▶ **Instructions to follow**
Using the entries below, output each line exactly from the first through the one that contains "extrude(amount=-BOSS_EXTRUDE1_DEPTH)".

%%

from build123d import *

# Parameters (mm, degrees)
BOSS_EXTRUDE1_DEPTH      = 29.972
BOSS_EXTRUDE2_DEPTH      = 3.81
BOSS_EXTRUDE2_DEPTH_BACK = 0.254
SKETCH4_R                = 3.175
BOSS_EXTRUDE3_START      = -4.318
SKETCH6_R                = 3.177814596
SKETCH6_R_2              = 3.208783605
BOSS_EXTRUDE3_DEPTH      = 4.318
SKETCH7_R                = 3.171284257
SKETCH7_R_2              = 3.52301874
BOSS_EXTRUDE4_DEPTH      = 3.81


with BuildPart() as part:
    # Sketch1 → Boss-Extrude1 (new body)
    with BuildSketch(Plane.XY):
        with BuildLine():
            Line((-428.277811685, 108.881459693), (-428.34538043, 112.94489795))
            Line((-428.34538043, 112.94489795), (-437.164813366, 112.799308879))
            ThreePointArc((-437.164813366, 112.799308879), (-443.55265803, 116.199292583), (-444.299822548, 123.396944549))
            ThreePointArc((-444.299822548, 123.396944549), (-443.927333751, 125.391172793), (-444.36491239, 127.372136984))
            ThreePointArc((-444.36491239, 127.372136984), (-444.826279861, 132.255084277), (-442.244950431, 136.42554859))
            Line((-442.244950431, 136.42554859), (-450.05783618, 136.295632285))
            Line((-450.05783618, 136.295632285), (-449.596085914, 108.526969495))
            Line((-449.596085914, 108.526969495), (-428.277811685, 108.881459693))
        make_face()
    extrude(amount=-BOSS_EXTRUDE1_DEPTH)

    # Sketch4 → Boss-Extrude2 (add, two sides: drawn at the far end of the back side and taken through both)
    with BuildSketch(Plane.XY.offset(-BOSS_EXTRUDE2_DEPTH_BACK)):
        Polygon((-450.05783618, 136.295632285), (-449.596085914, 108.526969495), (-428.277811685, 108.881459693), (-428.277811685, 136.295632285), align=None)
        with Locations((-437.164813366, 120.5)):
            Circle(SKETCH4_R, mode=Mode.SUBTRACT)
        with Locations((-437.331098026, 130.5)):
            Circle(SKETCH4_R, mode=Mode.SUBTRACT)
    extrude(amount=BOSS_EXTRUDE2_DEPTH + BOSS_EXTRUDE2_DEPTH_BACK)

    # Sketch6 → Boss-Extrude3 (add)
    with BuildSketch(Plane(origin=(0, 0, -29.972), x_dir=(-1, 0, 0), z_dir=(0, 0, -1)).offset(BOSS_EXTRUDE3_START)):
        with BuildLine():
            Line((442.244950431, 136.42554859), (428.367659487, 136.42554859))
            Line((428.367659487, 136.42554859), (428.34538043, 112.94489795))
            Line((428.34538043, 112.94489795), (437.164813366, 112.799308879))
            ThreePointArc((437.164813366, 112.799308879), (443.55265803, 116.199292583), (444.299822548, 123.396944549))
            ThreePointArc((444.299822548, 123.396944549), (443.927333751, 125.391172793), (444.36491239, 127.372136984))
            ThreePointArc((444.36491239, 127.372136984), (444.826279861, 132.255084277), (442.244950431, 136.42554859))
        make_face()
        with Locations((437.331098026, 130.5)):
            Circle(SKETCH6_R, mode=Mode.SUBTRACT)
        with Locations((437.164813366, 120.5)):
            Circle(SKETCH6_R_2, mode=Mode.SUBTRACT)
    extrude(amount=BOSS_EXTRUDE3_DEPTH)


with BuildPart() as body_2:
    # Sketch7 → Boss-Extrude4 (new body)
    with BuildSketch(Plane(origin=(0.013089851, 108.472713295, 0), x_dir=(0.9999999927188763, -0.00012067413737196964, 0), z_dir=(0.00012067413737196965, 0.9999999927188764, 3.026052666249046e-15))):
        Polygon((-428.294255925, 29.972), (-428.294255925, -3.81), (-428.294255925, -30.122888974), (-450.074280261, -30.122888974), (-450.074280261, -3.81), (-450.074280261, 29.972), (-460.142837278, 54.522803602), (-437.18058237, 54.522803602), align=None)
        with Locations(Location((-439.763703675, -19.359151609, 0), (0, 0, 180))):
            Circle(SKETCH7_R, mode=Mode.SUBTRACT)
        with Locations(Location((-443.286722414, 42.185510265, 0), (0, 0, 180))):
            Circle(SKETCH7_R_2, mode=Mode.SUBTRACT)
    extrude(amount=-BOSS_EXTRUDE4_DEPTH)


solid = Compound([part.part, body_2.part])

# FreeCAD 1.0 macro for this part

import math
import FreeCAD as App
import Part
import Sketcher
from FreeCAD import Vector
Q = App.Units.Quantity

doc = App.newDocument("Part")
params = doc.addObject("Spreadsheet::Sheet", "Params")
for row, (alias, value) in enumerate([
    ("sketch1_radius", "0.2 in"),
    ("sketch1_length", "0.16 in"),
    ("pad1_length", "1.18 in"),
    ("sketch2_diameter", "0.25 in"),
    ("pad2_length", "0.15 in"),
    ("pad2_length2", "0.01 in"),
    ("sketch3_radius", "0.2 in"),
    ("pad3_length", "0.17 in"),
    ("pad4_length", "0.15 in"),
], start=1):
    params.set(f"A{row}", alias)
    params.set(f"B{row}", "=" + value)
    params.setAlias(f"B{row}", alias)

body = doc.addObject("PartDesign::Body", "Body")

# Sketch on XY plane
sketch1 = body.newObject("Sketcher::SketchObject", "Sketch")
sketch1.AttachmentSupport = (doc.getObject("XY_Plane"), [""])
sketch1.MapMode = "FlatFace"
sketch1.addGeometry([
    Part.LineSegment(Vector(-428.3, 108.9, 0), Vector(-428.3, 112.9, 0)),  # 0
    Part.LineSegment(Vector(-428.3, 112.9, 0), Vector(-437.2, 112.8, 0)),  # 1
    Part.ArcOfCircle(Part.Circle(Vector(-437.2, 120.5, 0), Vector(0, 0, 1), 7.7), math.radians(158), math.radians(270)),  # 2
    Part.ArcOfCircle(Part.Circle(Vector(-449, 125.3, 0), Vector(0, 0, 1), 5.1), math.radians(-22), math.radians(24)),  # 3
    Part.ArcOfCircle(Part.Circle(Vector(-437.3, 130.5, 0), Vector(0, 0, 1), 7.7), math.radians(130), math.radians(204)),  # 4
    Part.LineSegment(Vector(-442.2, 136.4, 0), Vector(-450.1, 136.3, 0)),  # 5
    Part.LineSegment(Vector(-450.1, 136.3, 0), Vector(-449.6, 108.5, 0)),  # 6
    Part.LineSegment(Vector(-449.6, 108.5, 0), Vector(-428.3, 108.9, 0)),  # 7
], False)
sketch1.addConstraint([
    Sketcher.Constraint("Coincident", 0, 2, 1, 1),
    Sketcher.Constraint("Coincident", 1, 2, 2, 2),
    Sketcher.Constraint("Tangent", 2, 1, 3, 1),
    Sketcher.Constraint("Tangent", 3, 2, 4, 2),
    Sketcher.Constraint("Coincident", 4, 1, 5, 1),
    Sketcher.Constraint("Coincident", 5, 2, 6, 1),
    Sketcher.Constraint("Coincident", 6, 2, 7, 1),
    Sketcher.Constraint("Coincident", 7, 2, 0, 1),
    Sketcher.Constraint("Perpendicular", 0, 5),
    Sketcher.Constraint("Perpendicular", 5, 6),
    Sketcher.Constraint("Perpendicular", 6, 7),
    Sketcher.Constraint("Vertical", 2, 3, 1, 2),
    Sketcher.Constraint("Radius", 3, Q("0.2 in")),
    Sketcher.Constraint("Distance", 0, Q("0.16 in")),
    Sketcher.Constraint("Radius", 2, 7.700691),
    Sketcher.Constraint("Radius", 4, 7.697926),
    Sketcher.Constraint("Distance", 6, 27.772502),
    Sketcher.Constraint("DistanceY", -1, 1, 2, 3, 120.5),
    Sketcher.Constraint("DistanceX", 4, 3, -1, 1, 437.331098),
    Sketcher.Constraint("DistanceY", -1, 1, 4, 3, 130.5),
    Sketcher.Constraint("DistanceX", 3, 2, 2, 3, 7.200099),
    Sketcher.Constraint("DistanceX", 1, 2, 7, 2, 8.887002),
    Sketcher.Constraint("Distance", 7, 21.321221),
    Sketcher.Constraint("DistanceX", 0, 2, -1, 1, 428.34538),
    Sketcher.Constraint("DistanceX", 4, 1, -1, 1, 442.24495),
])
sketch1.setExpression("Constraints[12]", "Params.sketch1_radius")
sketch1.setExpression("Constraints[13]", "Params.sketch1_length")
pad1 = body.newObject("PartDesign::Pad", "Pad")
pad1.Profile = sketch1
pad1.setExpression("Length", "Params.pad1_length")
pad1.Reversed = True

# Sketch on XY plane
sketch2 = body.newObject("Sketcher::SketchObject", "Sketch001")
sketch2.AttachmentSupport = (doc.getObject("XY_Plane"), [""])
sketch2.MapMode = "FlatFace"
sketch2.addGeometry([
    Part.LineSegment(Vector(-450.1, 136.3, 0), Vector(-449.6, 108.5, 0)),  # 0
    Part.LineSegment(Vector(-449.6, 108.5, 0), Vector(-428.3, 108.9, 0)),  # 1
    Part.LineSegment(Vector(-428.3, 108.9, 0), Vector(-428.3, 136.3, 0)),  # 2
    Part.LineSegment(Vector(-428.3, 136.3, 0), Vector(-450.1, 136.3, 0)),  # 3
    Part.Circle(Vector(-437.2, 120.5, 0), Vector(0, 0, 1), 3.2),  # 4
    Part.Circle(Vector(-437.3, 130.5, 0), Vector(0, 0, 1), 3.2),  # 5
], False)
sketch2.addConstraint([
    Sketcher.Constraint("Coincident", 0, 2, 1, 1),
    Sketcher.Constraint("Coincident", 1, 2, 2, 1),
    Sketcher.Constraint("Coincident", 2, 2, 3, 1),
    Sketcher.Constraint("Coincident", 3, 2, 0, 1),
    Sketcher.Constraint("Vertical", 2),
    Sketcher.Constraint("Horizontal", 3),
    Sketcher.Constraint("Equal", 4, 5),
    Sketcher.Constraint("Perpendicular", 0, 1),
    Sketcher.Constraint("Diameter", 4, Q("0.25 in")),
    Sketcher.Constraint("Distance", 0, 27.772502),
    Sketcher.Constraint("DistanceY", -1, 1, 4, 3, 120.5),
    Sketcher.Constraint("DistanceX", 5, 3, -1, 1, 437.331098),
    Sketcher.Constraint("DistanceY", -1, 1, 5, 3, 130.5),
    Sketcher.Constraint("DistanceX", 4, 3, 1, 2, 8.887002),
    Sketcher.Constraint("Distance", 1, 21.321221),
    Sketcher.Constraint("DistanceX", 3, 2, 3, 1, 21.780024),
    Sketcher.Constraint("DistanceY", -1, 1, 0, 2, 108.526969),
    Sketcher.Constraint("DistanceX", 1, 2, -1, 1, 428.277812),
])
sketch2.setExpression("Constraints[8]", "Params.sketch2_diameter")
pad2 = body.newObject("PartDesign::Pad", "Pad001")
pad2.Profile = sketch2
pad2.Type = "TwoLengths"
pad2.setExpression("Length", "Params.pad2_length")
pad2.setExpression("Length2", "Params.pad2_length2")

# Sketch on XY plane
sketch3 = body.newObject("Sketcher::SketchObject", "Sketch002")
sketch3.AttachmentSupport = (doc.getObject("XY_Plane"), [""])
sketch3.MapMode = "FlatFace"
sketch3.AttachmentOffset = App.Placement(Vector(0, 0, -1.01 * 25.4), App.Rotation())
sketch3.addGeometry([
    Part.LineSegment(Vector(-442.2, 136.4, 0), Vector(-428.4, 136.4, 0)),  # 0
    Part.LineSegment(Vector(-428.4, 136.4, 0), Vector(-428.3, 112.9, 0)),  # 1
    Part.LineSegment(Vector(-428.3, 112.9, 0), Vector(-437.2, 112.8, 0)),  # 2
    Part.ArcOfCircle(Part.Circle(Vector(-437.2, 120.5, 0), Vector(0, 0, 1), 7.7), math.radians(158), math.radians(270)),  # 3
    Part.ArcOfCircle(Part.Circle(Vector(-449, 125.3, 0), Vector(0, 0, 1), 5.1), math.radians(-22), math.radians(24)),  # 4
    Part.ArcOfCircle(Part.Circle(Vector(-437.3, 130.5, 0), Vector(0, 0, 1), 7.7), math.radians(130), math.radians(204)),  # 5
    Part.Circle(Vector(-437.2, 120.5, 0), Vector(0, 0, 1), 3.2),  # 6
    Part.Circle(Vector(-437.3, 130.5, 0), Vector(0, 0, 1), 3.2),  # 7
], False)
sketch3.addConstraint([
    Sketcher.Constraint("Coincident", 0, 2, 1, 1),
    Sketcher.Constraint("Coincident", 1, 2, 2, 1),
    Sketcher.Constraint("Coincident", 2, 2, 3, 2),
    Sketcher.Constraint("Tangent", 3, 1, 4, 1),
    Sketcher.Constraint("Tangent", 4, 2, 5, 2),
    Sketcher.Constraint("Coincident", 5, 1, 0, 1),
    Sketcher.Constraint("Horizontal", 0),
    Sketcher.Constraint("Coincident", 6, 3, 3, 3),
    Sketcher.Constraint("Coincident", 7, 3, 5, 3),
    Sketcher.Constraint("Vertical", 6, 3, 2, 2),
    Sketcher.Constraint("Radius", 4, Q("0.2 in")),
    Sketcher.Constraint("Diameter", 7, 6.355629),
    Sketcher.Constraint("Radius", 3, 7.700691),
    Sketcher.Constraint("Diameter", 6, 6.417567),
    Sketcher.Constraint("Radius", 5, 7.697926),
    Sketcher.Constraint("DistanceX", 0, 1, 0, 2, 13.877291),
    Sketcher.Constraint("DistanceY", -1, 1, 3, 3, 120.5),
    Sketcher.Constraint("DistanceX", 5, 3, -1, 1, 437.331098),
    Sketcher.Constraint("DistanceY", -1, 1, 5, 3, 130.5),
    Sketcher.Constraint("DistanceX", 4, 2, 6, 3, 7.200099),
    Sketcher.Constraint("Distance", 1, 23.480661),
    Sketcher.Constraint("DistanceX", 0, 2, -1, 1, 428.367659),
    Sketcher.Constraint("DistanceX", 1, 2, -1, 1, 428.34538),
])
sketch3.setExpression("Constraints[10]", "Params.sketch3_radius")
pad3 = body.newObject("PartDesign::Pad", "Pad002")
pad3.Profile = sketch3
pad3.setExpression("Length", "Params.pad3_length")
pad3.Reversed = True
body2 = doc.addObject("PartDesign::Body", "Body001")

# Sketch on an angled plane
sketch4 = body2.newObject("Sketcher::SketchObject", "Sketch003")
sketch4.Placement = App.Placement(Vector(0.01309, 108.472713, 0), App.Rotation(Vector(0.999999993, -0.000120674, 0), Vector(0, 0, -1.000000001), Vector(0.000120674, 0.999999993, 0), "ZXY"))
sketch4.addGeometry([
    Part.LineSegment(Vector(-428.3, -30.1, 0), Vector(-428.3, 30, 0)),  # 0
    Part.LineSegment(Vector(-428.3, 30, 0), Vector(-437.2, 54.5, 0)),  # 1
    Part.LineSegment(Vector(-437.2, 54.5, 0), Vector(-460.1, 54.5, 0)),  # 2
    Part.LineSegment(Vector(-460.1, 54.5, 0), Vector(-450.1, 30, 0)),  # 3
    Part.LineSegment(Vector(-450.1, 30, 0), Vector(-450.1, -30.1, 0)),  # 4
    Part.LineSegment(Vector(-450.1, -30.1, 0), Vector(-428.3, -30.1, 0)),  # 5
    Part.Circle(Vector(-439.8, -19.4, 0), Vector(0, 0, 1), 3.2),  # 6
    Part.Circle(Vector(-443.3, 42.2, 0), Vector(0, 0, 1), 3.5),  # 7
], False)
sketch4.addConstraint([
    Sketcher.Constraint("Coincident", 0, 2, 1, 1),
    Sketcher.Constraint("Coincident", 1, 2, 2, 1),
    Sketcher.Constraint("Coincident", 2, 2, 3, 1),
    Sketcher.Constraint("Coincident", 3, 2, 4, 1),
    Sketcher.Constraint("Coincident", 4, 2, 5, 1),
    Sketcher.Constraint("Coincident", 5, 2, 0, 1),
    Sketcher.Constraint("Vertical", 0),
    Sketcher.Constraint("Horizontal", 2),
    Sketcher.Constraint("Vertical", 4),
    Sketcher.Constraint("Horizontal", 5),
    Sketcher.Constraint("Horizontal", 0, 2, 3, 2),
    Sketcher.Constraint("DistanceY", -1, 1, 0, 2, Q("1.18 in")),
    Sketcher.Constraint("Diameter", 6, 6.342569),
    Sketcher.Constraint("Diameter", 7, 7.046037),
    Sketcher.Constraint("DistanceX", 2, 2, 3, 2, Q("0.3963999 in")),
    Sketcher.Constraint("DistanceY", 0, 1, 0, 2, 60.094889),
    Sketcher.Constraint("DistanceY", 4, 2, 7, 3, 72.308399),
    Sketcher.Constraint("Distance", 3, 26.535218),
    Sketcher.Constraint("DistanceX", 2, 2, 2, 1, 22.962255),
    Sketcher.Constraint("DistanceX", 5, 1, 5, 2, 21.780024),
    Sketcher.Constraint("DistanceY", 6, 3, -1, 1, 19.359152),
    Sketcher.Constraint("DistanceX", 3, 2, -1, 1, 450.074281),
    Sketcher.Constraint("DistanceX", 7, 3, 6, 3, 3.523019),
    Sketcher.Constraint("DistanceX", 7, 3, 1, 2, 6.10614),
])
pad4 = body2.newObject("PartDesign::Pad", "Pad003")
pad4.Profile = sketch4
pad4.setExpression("Length", "Params.pad4_length")
pad4.Reversed = True

doc.recompute()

%%

▶ **Solution below**
from build123d import *

# Parameters (mm, degrees)
BOSS_EXTRUDE1_DEPTH      = 29.972
BOSS_EXTRUDE2_DEPTH      = 3.81
BOSS_EXTRUDE2_DEPTH_BACK = 0.254
SKETCH4_R                = 3.175
BOSS_EXTRUDE3_START      = -4.318
SKETCH6_R                = 3.177814596
SKETCH6_R_2              = 3.208783605
BOSS_EXTRUDE3_DEPTH      = 4.318
SKETCH7_R                = 3.171284257
SKETCH7_R_2              = 3.52301874
BOSS_EXTRUDE4_DEPTH      = 3.81


with BuildPart() as part:
    # Sketch1 → Boss-Extrude1 (new body)
    with BuildSketch(Plane.XY):
        with BuildLine():
            Line((-428.277811685, 108.881459693), (-428.34538043, 112.94489795))
            Line((-428.34538043, 112.94489795), (-437.164813366, 112.799308879))
            ThreePointArc((-437.164813366, 112.799308879), (-443.55265803, 116.199292583), (-444.299822548, 123.396944549))
            ThreePointArc((-444.299822548, 123.396944549), (-443.927333751, 125.391172793), (-444.36491239, 127.372136984))
            ThreePointArc((-444.36491239, 127.372136984), (-444.826279861, 132.255084277), (-442.244950431, 136.42554859))
            Line((-442.244950431, 136.42554859), (-450.05783618, 136.295632285))
            Line((-450.05783618, 136.295632285), (-449.596085914, 108.526969495))
            Line((-449.596085914, 108.526969495), (-428.277811685, 108.881459693))
        make_face()
    extrude(amount=-BOSS_EXTRUDE1_DEPTH)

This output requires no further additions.